Start of Data provided

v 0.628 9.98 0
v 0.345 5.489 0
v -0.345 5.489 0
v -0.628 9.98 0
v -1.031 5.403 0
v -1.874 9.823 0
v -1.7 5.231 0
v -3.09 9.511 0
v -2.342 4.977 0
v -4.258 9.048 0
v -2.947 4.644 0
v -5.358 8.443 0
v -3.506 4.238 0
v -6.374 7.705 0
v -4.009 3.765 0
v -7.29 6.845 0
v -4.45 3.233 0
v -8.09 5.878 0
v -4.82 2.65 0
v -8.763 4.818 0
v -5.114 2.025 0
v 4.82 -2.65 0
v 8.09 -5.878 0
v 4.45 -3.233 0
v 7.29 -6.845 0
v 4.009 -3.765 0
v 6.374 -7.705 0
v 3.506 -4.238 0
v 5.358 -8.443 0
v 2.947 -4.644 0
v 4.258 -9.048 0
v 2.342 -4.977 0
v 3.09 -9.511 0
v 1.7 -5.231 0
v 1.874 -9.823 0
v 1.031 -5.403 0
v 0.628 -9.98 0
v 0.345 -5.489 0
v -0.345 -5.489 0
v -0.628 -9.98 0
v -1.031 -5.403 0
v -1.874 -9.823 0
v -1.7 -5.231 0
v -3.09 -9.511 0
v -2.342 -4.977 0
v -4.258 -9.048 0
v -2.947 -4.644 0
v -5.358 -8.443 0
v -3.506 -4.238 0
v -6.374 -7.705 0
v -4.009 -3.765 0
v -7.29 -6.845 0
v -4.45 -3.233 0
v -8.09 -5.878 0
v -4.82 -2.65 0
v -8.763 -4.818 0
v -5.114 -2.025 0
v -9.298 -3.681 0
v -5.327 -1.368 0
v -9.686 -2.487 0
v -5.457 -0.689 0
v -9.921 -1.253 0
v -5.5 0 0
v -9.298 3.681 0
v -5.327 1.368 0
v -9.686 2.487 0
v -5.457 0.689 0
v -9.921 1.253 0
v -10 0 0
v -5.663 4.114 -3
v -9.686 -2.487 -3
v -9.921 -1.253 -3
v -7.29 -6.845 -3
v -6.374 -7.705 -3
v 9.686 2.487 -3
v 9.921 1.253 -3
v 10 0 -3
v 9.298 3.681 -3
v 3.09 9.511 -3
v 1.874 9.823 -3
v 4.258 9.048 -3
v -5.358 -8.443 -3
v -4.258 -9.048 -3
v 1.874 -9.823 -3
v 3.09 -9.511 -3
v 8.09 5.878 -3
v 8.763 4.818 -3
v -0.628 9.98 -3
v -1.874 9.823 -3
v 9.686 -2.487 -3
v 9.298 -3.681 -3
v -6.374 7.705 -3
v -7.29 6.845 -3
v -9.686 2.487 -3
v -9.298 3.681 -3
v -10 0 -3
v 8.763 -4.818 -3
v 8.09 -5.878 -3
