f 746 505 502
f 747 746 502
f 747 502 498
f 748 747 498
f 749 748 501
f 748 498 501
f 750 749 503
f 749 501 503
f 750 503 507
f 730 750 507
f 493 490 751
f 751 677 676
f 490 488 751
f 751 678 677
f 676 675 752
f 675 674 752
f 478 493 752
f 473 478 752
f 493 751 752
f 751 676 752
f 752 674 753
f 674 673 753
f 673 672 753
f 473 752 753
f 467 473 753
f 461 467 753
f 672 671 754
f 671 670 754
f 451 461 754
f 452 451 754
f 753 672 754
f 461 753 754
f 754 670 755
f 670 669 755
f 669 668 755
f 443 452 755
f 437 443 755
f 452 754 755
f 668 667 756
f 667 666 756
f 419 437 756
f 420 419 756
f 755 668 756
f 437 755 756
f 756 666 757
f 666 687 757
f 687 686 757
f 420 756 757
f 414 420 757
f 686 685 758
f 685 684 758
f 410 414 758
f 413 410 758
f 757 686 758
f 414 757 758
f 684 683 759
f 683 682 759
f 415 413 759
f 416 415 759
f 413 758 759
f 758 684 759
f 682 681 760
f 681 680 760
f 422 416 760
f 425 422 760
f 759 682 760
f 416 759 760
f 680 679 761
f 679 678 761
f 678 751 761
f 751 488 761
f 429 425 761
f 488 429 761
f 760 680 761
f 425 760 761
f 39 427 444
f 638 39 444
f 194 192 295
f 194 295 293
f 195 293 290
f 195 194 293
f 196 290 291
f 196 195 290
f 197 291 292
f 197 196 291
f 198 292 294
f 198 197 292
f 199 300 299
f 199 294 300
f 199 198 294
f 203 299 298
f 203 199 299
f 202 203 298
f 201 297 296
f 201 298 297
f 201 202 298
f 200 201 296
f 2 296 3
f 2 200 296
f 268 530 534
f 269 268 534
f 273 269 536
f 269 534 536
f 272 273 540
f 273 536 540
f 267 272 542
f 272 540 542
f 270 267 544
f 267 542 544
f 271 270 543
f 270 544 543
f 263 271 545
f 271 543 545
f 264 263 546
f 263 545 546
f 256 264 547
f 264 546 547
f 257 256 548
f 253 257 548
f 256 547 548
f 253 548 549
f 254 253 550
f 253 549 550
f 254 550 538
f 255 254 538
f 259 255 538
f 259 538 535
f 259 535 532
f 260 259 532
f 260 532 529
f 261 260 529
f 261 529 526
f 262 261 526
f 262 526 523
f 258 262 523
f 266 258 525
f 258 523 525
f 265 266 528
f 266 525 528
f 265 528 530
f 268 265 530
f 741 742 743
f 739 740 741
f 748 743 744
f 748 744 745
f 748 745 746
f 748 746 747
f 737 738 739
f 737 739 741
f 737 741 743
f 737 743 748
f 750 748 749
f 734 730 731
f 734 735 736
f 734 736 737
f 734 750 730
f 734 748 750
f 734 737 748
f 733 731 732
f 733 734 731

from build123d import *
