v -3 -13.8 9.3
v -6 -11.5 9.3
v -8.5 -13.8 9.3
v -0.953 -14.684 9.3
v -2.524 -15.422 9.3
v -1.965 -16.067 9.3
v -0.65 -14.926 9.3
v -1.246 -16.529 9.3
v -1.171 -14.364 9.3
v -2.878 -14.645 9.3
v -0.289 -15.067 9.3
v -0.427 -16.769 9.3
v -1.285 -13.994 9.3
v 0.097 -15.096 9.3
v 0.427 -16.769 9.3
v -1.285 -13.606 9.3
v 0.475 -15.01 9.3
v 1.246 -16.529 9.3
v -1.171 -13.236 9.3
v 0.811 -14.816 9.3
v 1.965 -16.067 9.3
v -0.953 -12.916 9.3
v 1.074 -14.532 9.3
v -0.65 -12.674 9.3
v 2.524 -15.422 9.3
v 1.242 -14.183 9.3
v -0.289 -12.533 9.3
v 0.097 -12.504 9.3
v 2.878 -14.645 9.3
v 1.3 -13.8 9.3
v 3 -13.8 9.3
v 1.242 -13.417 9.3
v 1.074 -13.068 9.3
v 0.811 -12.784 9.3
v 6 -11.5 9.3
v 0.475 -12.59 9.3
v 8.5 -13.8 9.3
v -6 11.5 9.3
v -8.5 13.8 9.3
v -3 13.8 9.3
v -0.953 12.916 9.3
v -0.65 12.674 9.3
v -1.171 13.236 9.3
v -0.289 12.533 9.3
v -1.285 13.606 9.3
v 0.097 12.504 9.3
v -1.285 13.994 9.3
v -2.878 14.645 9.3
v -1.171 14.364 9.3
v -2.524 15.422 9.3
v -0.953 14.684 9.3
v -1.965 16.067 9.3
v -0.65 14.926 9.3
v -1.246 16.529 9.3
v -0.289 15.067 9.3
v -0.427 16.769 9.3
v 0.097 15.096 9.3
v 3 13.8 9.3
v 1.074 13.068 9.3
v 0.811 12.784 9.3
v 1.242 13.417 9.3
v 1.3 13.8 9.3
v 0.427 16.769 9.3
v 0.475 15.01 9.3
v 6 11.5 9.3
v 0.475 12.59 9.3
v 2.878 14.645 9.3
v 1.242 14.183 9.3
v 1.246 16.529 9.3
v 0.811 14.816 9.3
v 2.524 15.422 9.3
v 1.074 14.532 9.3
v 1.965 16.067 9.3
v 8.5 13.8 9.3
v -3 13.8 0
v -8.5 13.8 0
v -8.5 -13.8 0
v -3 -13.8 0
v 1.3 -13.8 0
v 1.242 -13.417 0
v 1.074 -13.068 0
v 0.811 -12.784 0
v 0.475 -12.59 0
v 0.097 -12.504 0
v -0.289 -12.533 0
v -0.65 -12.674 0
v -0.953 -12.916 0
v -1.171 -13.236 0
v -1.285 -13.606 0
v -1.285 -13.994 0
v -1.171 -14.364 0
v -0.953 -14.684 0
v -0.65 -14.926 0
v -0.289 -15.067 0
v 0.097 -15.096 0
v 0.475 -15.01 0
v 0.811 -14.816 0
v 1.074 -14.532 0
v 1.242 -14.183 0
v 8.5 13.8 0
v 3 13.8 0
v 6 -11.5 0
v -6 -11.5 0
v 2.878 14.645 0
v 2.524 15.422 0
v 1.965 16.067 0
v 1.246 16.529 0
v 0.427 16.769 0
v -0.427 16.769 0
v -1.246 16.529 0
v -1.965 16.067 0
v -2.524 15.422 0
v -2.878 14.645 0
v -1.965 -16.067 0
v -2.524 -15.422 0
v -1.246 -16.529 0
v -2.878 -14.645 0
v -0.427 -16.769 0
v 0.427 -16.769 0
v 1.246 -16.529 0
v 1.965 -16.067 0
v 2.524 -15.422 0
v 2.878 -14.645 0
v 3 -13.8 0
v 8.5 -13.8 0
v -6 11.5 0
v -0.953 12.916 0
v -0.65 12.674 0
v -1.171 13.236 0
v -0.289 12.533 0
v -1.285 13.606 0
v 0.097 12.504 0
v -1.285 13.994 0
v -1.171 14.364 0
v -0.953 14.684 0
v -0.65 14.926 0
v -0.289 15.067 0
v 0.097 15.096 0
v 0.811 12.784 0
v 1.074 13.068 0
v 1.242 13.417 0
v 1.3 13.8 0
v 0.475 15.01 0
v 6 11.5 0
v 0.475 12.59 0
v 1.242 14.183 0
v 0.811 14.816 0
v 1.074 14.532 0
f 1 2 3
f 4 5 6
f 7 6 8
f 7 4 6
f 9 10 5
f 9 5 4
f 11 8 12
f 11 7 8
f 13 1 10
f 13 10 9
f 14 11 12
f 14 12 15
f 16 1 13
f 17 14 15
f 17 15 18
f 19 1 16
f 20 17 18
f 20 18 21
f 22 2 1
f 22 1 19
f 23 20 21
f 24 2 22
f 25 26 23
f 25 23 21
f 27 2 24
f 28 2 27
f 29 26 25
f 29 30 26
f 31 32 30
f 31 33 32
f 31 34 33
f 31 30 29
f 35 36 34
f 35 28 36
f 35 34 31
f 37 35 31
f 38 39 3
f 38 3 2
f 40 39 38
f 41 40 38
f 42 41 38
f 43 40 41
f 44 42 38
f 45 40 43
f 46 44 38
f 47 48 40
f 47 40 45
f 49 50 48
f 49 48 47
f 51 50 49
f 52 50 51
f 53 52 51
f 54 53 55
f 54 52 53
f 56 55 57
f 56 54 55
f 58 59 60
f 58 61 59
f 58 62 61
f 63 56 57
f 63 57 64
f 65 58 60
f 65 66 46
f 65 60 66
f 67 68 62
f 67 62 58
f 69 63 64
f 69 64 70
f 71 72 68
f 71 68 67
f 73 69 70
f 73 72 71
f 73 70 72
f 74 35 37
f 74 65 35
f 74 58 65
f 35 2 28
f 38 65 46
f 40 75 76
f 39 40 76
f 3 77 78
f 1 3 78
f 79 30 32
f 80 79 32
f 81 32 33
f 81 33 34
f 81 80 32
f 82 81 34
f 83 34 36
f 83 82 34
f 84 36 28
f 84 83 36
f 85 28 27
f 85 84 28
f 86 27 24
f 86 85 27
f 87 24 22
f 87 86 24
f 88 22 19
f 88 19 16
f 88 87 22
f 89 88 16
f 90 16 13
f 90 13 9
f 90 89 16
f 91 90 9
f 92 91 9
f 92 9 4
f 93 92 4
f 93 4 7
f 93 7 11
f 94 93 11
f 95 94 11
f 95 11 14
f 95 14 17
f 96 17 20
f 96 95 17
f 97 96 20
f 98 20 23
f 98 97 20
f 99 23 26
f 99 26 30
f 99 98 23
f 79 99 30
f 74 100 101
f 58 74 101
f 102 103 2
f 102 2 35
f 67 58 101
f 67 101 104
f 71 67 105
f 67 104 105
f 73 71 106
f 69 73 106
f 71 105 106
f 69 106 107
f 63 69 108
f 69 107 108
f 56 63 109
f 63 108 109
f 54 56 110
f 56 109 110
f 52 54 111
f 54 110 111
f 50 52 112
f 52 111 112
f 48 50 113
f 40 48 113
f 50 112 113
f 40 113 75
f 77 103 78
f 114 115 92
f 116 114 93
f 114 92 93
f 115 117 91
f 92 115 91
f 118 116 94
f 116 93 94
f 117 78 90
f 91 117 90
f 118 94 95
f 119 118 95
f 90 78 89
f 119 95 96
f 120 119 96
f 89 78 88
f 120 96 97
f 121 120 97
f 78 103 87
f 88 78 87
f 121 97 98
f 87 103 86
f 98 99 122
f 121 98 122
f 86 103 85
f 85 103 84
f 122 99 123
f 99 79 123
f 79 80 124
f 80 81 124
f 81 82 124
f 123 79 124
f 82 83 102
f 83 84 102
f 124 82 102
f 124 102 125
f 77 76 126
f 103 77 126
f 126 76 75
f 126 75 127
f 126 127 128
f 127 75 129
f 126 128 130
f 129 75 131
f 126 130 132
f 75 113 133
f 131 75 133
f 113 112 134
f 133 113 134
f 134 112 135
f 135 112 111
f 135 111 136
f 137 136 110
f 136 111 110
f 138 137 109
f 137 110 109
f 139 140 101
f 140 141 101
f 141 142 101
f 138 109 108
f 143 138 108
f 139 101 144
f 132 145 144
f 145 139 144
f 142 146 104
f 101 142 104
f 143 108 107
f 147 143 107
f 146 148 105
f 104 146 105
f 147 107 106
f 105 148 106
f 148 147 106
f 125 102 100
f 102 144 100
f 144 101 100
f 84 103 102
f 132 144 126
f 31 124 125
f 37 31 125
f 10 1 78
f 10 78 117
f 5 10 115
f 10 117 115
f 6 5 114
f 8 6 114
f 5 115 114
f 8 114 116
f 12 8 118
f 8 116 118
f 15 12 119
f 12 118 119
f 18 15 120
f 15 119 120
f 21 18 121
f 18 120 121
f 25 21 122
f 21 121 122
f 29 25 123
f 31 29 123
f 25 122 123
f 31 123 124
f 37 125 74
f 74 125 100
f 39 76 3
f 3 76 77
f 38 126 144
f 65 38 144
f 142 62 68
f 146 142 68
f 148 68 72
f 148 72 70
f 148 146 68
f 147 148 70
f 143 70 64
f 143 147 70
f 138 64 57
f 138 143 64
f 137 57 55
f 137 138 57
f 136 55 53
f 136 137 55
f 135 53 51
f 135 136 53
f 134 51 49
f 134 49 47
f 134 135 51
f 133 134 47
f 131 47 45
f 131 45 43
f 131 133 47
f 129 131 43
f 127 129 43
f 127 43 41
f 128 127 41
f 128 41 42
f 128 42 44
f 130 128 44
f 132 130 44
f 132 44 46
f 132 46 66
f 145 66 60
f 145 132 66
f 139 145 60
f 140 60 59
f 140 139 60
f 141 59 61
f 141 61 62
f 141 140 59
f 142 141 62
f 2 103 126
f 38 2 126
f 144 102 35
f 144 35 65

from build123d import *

# Parameters (mm, degrees)
SKETCH1_R           = 1.3
SKETCH1_W           = 12
SKETCH1_H           = 23
BOSS_EXTRUDE1_DEPTH = 9.3


with BuildPart() as part:
    # Sketch1 → Boss-Extrude1 (new body)
    with BuildSketch(Plane.XY):
        with BuildLine():
            Line((-3, 13.8), (-8.5, 13.8))
            Line((-8.5, 13.8), (-8.5, -13.8))
            Line((-8.5, -13.8), (-3, -13.8))
            ThreePointArc((-3, -13.8), (0, -16.8), (3, -13.8))
            Line((3, -13.8), (8.5, -13.8))
            Line((8.5, -13.8), (8.5, 13.8))
            Line((8.5, 13.8), (3, 13.8))
            ThreePointArc((3, 13.8), (0, 16.8), (-3, 13.8))
        make_face()
        with Locations((0, 13.8)):
            Circle(SKETCH1_R, mode=Mode.SUBTRACT)
        with Locations((0, -13.8)):
            Circle(SKETCH1_R, mode=Mode.SUBTRACT)
        Rectangle(SKETCH1_W, SKETCH1_H, mode=Mode.SUBTRACT)
    extrude(amount=BOSS_EXTRUDE1_DEPTH)


solid = part.part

End of Data provided

With the line that has "f 273 536 540" as the first and the line that has "f 255 254 538" as the last, repeat exactly that run of lines above and no more.

f 273 536 540
f 267 272 542
f 272 540 542
f 270 267 544
f 267 542 544
f 271 270 543
f 270 544 543
f 263 271 545
f 271 543 545
f 264 263 546
f 263 545 546
f 256 264 547
f 264 546 547
f 257 256 548
f 253 257 548
f 256 547 548
f 253 548 549
f 254 253 550
f 253 549 550
f 254 550 538
f 255 254 538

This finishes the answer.